ART-PRESENTATION: Walter De Maria-Idea to Action to Object
Walter de Maria bridged multiple movements of artistic practice in the 1960s creating interactive sculptural installations and providing conceptual underpinnings to larger-scale sculptural work. In later projects he also connected viewers to nature by either embedding visual elements in nature itself, or by bringing components of nature inside gallery spaces.
By Dimitris Lempesis
Photo: Gagosian Archive
In the exhibition “Idea to Action to Object” are on presentation 40 works on paper and several related sculptures by Walter De Maria. The drawings are on view for the first time, revealing various unrealized projects and philosophical explorations, and suggesting a tender humanity behind De Maria’s geometric precision. The title of this exhibition comes from a sketchbook page, “Abstract Concept” (c. 1960-61), in which De Maria mapped out a cyclical relationship between a work’s conception, actualization, and perceived meaning. Themes of causality and performance run throughout the drawings, providing more intimate backstories for his minimalist sculptures and installations. The early editioned sculpture “Ball Drop” (1961-64) comprises a tall plywood box with two square holes cut into its face. A wooden sphere sits in a compartment framed by the lower hole. When it was originally shown in 1963, the viewer was invited to take the ball and drop it through the top hole, causing a sharp bang. Here, however, the ball remains static, charged with potential energy, like the solid stainless-steel ball in “14-Sided Open Polygon” (1984).

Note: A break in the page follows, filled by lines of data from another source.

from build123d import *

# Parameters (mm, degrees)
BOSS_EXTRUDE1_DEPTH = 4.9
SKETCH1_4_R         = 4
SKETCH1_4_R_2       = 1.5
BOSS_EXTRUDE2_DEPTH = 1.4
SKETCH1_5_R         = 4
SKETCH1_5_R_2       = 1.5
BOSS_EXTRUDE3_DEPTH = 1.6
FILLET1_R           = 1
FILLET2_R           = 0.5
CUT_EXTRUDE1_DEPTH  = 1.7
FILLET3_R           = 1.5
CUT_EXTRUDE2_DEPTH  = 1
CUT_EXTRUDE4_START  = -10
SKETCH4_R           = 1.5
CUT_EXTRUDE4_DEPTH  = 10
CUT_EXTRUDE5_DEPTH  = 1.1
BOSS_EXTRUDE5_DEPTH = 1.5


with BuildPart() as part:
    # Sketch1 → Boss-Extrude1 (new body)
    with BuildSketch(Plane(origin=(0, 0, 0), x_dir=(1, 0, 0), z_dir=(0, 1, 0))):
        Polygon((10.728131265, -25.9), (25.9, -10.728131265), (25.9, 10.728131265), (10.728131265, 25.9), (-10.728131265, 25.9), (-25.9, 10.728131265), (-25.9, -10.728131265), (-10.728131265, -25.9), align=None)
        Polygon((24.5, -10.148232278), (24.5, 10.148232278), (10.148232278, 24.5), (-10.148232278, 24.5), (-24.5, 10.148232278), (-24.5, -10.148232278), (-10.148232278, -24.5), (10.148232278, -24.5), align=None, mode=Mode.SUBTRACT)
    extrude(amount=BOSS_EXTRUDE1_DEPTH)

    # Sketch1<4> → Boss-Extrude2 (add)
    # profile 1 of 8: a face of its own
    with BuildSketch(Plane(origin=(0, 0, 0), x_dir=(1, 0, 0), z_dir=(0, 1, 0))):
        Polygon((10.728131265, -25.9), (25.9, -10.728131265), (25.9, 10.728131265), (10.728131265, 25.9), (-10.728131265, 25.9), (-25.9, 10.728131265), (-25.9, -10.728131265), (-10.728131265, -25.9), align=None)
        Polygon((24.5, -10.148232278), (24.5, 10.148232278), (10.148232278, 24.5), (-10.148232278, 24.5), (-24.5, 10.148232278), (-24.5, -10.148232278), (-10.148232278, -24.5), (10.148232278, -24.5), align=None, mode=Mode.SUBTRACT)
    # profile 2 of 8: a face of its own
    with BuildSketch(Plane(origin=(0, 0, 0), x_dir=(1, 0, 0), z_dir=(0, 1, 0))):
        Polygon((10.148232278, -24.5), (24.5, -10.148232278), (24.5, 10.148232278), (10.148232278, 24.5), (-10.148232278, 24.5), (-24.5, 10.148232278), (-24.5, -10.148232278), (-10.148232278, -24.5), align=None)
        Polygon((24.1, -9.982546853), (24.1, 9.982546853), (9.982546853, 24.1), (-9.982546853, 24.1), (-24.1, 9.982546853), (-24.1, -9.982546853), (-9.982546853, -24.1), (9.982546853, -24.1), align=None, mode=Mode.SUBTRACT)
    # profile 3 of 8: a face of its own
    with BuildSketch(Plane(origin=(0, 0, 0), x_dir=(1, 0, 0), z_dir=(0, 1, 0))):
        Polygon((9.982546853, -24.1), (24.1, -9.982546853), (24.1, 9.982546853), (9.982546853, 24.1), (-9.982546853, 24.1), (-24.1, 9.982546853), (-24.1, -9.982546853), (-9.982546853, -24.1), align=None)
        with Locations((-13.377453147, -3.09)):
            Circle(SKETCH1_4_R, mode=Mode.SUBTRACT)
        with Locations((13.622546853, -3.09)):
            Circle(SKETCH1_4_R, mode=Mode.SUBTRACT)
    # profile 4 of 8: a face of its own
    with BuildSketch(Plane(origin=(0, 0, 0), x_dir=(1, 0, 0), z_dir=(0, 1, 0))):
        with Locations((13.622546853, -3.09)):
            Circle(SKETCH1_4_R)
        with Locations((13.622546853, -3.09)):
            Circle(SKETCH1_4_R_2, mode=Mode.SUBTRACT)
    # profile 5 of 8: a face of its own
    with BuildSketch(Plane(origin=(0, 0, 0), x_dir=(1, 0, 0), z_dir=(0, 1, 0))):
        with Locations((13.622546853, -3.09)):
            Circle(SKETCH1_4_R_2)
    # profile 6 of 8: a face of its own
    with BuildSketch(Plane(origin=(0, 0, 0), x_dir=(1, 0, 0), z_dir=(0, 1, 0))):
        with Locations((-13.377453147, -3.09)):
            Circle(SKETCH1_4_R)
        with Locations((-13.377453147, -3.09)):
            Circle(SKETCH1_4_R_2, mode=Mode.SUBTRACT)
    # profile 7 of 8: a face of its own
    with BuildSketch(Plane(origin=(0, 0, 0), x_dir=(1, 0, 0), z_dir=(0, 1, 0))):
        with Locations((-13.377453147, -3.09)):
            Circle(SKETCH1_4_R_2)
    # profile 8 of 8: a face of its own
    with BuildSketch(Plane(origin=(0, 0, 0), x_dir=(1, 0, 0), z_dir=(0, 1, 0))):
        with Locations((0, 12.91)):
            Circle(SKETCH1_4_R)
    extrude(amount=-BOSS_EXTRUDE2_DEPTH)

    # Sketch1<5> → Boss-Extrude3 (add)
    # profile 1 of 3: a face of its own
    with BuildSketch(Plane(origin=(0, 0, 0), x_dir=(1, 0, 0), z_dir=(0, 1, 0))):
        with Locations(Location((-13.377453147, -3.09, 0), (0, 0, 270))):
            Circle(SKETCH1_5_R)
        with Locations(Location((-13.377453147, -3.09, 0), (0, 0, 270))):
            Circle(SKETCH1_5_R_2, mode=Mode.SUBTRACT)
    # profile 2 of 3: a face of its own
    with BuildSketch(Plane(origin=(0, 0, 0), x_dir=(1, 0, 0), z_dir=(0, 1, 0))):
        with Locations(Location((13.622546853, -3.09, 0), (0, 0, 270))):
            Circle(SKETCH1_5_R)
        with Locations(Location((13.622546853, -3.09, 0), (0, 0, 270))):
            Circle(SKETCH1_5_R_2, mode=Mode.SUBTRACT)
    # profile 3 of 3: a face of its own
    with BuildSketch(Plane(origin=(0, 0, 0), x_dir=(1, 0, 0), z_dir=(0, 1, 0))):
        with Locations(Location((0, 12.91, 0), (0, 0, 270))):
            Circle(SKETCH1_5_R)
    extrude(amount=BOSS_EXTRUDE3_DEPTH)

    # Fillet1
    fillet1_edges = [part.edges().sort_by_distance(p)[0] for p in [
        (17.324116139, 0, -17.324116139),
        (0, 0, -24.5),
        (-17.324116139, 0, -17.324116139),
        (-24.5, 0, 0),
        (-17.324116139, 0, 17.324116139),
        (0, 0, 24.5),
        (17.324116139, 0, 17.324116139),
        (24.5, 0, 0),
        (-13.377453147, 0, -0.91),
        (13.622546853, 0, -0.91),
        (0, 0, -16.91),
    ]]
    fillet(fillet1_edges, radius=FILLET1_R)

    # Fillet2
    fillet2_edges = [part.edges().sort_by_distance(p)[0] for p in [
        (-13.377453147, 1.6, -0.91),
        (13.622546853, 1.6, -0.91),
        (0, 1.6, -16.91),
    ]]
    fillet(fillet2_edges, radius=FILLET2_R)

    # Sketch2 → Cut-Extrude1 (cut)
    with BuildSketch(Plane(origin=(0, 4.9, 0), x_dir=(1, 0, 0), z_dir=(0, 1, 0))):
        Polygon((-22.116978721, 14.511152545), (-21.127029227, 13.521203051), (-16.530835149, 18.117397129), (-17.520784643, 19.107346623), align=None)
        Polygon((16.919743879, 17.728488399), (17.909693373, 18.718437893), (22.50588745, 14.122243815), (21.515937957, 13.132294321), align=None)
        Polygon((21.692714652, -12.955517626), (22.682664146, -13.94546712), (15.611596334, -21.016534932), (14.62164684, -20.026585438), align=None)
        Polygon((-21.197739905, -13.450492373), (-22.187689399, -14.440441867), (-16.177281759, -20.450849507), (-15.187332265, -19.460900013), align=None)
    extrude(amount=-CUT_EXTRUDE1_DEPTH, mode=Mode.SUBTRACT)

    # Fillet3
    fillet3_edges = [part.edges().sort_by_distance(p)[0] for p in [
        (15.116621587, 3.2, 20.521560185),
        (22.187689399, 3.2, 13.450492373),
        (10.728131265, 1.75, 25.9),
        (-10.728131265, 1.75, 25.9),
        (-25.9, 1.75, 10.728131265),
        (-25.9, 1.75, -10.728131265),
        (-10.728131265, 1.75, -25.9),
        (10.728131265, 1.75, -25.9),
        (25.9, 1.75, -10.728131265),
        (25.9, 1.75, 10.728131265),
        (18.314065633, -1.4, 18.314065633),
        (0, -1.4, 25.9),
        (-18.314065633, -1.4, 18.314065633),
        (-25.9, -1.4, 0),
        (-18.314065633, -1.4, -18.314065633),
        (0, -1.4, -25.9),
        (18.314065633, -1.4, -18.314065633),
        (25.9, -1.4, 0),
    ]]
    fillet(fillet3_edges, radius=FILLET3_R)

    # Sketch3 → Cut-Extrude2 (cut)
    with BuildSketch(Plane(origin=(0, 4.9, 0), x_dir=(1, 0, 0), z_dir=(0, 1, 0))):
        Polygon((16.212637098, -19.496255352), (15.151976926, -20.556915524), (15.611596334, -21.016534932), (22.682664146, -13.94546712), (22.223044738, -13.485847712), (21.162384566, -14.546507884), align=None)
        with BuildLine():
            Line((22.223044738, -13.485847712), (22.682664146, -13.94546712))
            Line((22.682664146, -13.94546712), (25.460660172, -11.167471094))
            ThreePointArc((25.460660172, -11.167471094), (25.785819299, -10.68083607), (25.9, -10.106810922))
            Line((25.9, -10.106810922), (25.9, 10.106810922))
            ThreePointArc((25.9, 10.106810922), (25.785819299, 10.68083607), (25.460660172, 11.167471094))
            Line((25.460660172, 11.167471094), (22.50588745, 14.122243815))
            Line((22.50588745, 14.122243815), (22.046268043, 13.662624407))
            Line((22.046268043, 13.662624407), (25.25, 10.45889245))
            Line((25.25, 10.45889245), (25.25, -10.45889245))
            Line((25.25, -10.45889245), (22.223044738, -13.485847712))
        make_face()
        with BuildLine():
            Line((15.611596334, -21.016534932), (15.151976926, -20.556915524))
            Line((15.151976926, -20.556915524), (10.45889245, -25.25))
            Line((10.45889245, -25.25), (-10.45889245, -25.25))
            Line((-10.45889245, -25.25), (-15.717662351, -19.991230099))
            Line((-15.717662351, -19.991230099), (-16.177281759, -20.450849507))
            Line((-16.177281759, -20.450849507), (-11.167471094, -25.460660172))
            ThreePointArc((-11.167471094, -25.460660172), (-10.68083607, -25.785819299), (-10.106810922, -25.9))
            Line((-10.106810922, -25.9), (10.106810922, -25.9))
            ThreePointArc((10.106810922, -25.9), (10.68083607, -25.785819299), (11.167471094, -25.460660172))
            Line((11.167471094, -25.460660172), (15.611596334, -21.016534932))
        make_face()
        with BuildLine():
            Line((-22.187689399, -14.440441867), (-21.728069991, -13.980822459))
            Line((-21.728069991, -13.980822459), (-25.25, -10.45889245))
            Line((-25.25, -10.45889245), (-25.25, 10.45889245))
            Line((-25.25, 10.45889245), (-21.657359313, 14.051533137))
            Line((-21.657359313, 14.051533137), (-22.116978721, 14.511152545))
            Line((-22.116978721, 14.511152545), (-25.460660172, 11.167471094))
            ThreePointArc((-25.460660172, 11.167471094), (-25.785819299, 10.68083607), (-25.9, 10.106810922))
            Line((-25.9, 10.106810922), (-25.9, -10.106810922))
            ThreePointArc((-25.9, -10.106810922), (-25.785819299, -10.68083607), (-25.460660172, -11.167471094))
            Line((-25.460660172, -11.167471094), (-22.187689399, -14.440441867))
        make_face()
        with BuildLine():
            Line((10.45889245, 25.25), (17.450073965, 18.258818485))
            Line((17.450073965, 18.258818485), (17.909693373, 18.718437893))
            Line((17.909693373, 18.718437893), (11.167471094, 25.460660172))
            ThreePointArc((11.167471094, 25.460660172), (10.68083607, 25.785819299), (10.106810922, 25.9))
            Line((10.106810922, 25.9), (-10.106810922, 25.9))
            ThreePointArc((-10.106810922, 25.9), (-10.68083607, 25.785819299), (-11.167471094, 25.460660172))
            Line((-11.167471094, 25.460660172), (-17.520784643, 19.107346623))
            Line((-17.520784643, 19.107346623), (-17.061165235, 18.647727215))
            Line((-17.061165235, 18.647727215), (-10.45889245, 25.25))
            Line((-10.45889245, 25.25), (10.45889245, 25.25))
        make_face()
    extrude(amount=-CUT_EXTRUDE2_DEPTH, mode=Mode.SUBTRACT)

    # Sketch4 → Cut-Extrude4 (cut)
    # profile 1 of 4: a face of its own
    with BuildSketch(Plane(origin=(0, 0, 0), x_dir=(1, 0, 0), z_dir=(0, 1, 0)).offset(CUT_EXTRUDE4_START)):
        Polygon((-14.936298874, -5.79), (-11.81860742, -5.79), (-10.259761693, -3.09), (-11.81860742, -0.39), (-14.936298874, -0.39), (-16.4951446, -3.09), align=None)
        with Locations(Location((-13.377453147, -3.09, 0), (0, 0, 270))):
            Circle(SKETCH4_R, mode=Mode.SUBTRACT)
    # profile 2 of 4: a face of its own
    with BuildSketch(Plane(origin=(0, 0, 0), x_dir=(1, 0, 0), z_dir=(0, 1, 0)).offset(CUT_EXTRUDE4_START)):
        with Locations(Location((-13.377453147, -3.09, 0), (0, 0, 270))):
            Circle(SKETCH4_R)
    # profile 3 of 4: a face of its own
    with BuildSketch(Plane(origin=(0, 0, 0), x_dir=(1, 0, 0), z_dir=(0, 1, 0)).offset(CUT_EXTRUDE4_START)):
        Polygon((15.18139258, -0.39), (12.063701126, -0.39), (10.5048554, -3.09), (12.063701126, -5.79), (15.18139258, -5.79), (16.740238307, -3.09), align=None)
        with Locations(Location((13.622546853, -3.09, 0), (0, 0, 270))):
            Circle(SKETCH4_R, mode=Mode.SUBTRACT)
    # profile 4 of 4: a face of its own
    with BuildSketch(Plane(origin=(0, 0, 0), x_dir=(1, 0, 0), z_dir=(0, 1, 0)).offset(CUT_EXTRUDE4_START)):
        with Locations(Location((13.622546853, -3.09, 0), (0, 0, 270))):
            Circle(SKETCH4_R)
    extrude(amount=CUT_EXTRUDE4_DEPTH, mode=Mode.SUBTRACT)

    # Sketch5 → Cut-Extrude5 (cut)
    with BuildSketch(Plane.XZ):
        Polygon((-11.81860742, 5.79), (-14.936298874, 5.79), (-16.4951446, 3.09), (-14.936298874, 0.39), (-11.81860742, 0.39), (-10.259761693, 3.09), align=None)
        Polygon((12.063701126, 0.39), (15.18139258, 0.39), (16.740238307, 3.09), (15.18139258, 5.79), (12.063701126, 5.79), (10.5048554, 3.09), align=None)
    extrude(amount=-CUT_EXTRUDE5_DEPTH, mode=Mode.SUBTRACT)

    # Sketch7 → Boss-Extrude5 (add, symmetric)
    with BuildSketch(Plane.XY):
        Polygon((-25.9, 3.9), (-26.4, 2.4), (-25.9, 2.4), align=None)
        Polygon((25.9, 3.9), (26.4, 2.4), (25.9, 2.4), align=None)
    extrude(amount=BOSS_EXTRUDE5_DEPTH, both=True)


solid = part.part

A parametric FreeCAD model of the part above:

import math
import FreeCAD as App
import Part
import Sketcher

V = App.Vector
Q = App.Units.Quantity


def edges_at(feature, points):
    """Names of the edges that pass closest to the given points."""
    edges = feature.Shape.Edges
    near = lambda p: min(range(len(edges)), key=lambda i: edges[i].distToShape(Part.Vertex(*p))[0])
    return sorted({f"Edge{near(p) + 1}" for p in points})

doc = App.newDocument("Part")
params = doc.addObject("Spreadsheet::Sheet", "Params")
for row, (alias, value) in enumerate([
    ("pad1_length", "4.9 mm"),
    ("pad2_length", "1.4 mm"),
    ("sketch3_diameter", "8 mm"),
    ("sketch3_diameter2", "3 mm"),
    ("pad3_length", "1.6 mm"),
    ("fillet_radius", "1 mm"),
    ("fillet2_radius", "0.5 mm"),
    ("sketch4_length", "10 mm"),
    ("sketch4_length2", "1.4 mm"),
    ("sketch4_length3", "6.5 mm"),
    ("sketch4_length4", "8.5 mm"),
    ("pocket1_length", "1.7 mm"),
    ("fillet3_radius", "1.5 mm"),
    ("sketch5_radius", "1.5 mm"),
    ("sketch5_length", "0.65 mm"),
    ("pocket2_length", "1 mm"),
    ("pocket3_length", "10 mm"),
    ("pocket4_length", "1.1 mm"),
    ("sketch8_width", "0.5 mm"),
    ("sketch8_height", "1.5 mm"),
    ("pad4_length", "3 mm"),
], start=1):
    params.set(f"A{row}", alias)
    params.set(f"B{row}", "=" + value)
    params.setAlias(f"B{row}", alias)

body = doc.addObject("PartDesign::Body", "Body")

On presentation are the preparatory drawings for his unrealized “Olympic Mountain Project” (1970-71), for the 1972 Olympic games in Munich’ De Maria proposed to drill a 400-foot shaft through a mountain of rubble from World War II, covering the top of the hole with a bronze disk. To think about the dark void beneath the metal disk imbues his other disk-shaped sculptures with a sense of precariousness. In “The Equal Area Series: Pair Number 24” (1990), steel outlines of a square and a circle occupying the same surface area of the gallery floor. Some drawings attest to De Maria’s lighthearted, improvisational spirit. In “Stand Up Commedian” (c. 1961-63), a bowling pin–like man occupies the center of the page with “talks for two hours about cigaretts [sic] and smokes” written above his head and “diskothek” appearing beneath him; and in the “Flying Saucer” (1974) drawings, loosely rendered ellipses float across the page. This suggests that De Maria’s geometries are not entirely unfanciful, but rather combine the serialization of Minimalism with the sublime scale of land and sky, and the electrifying tremors of the unknown.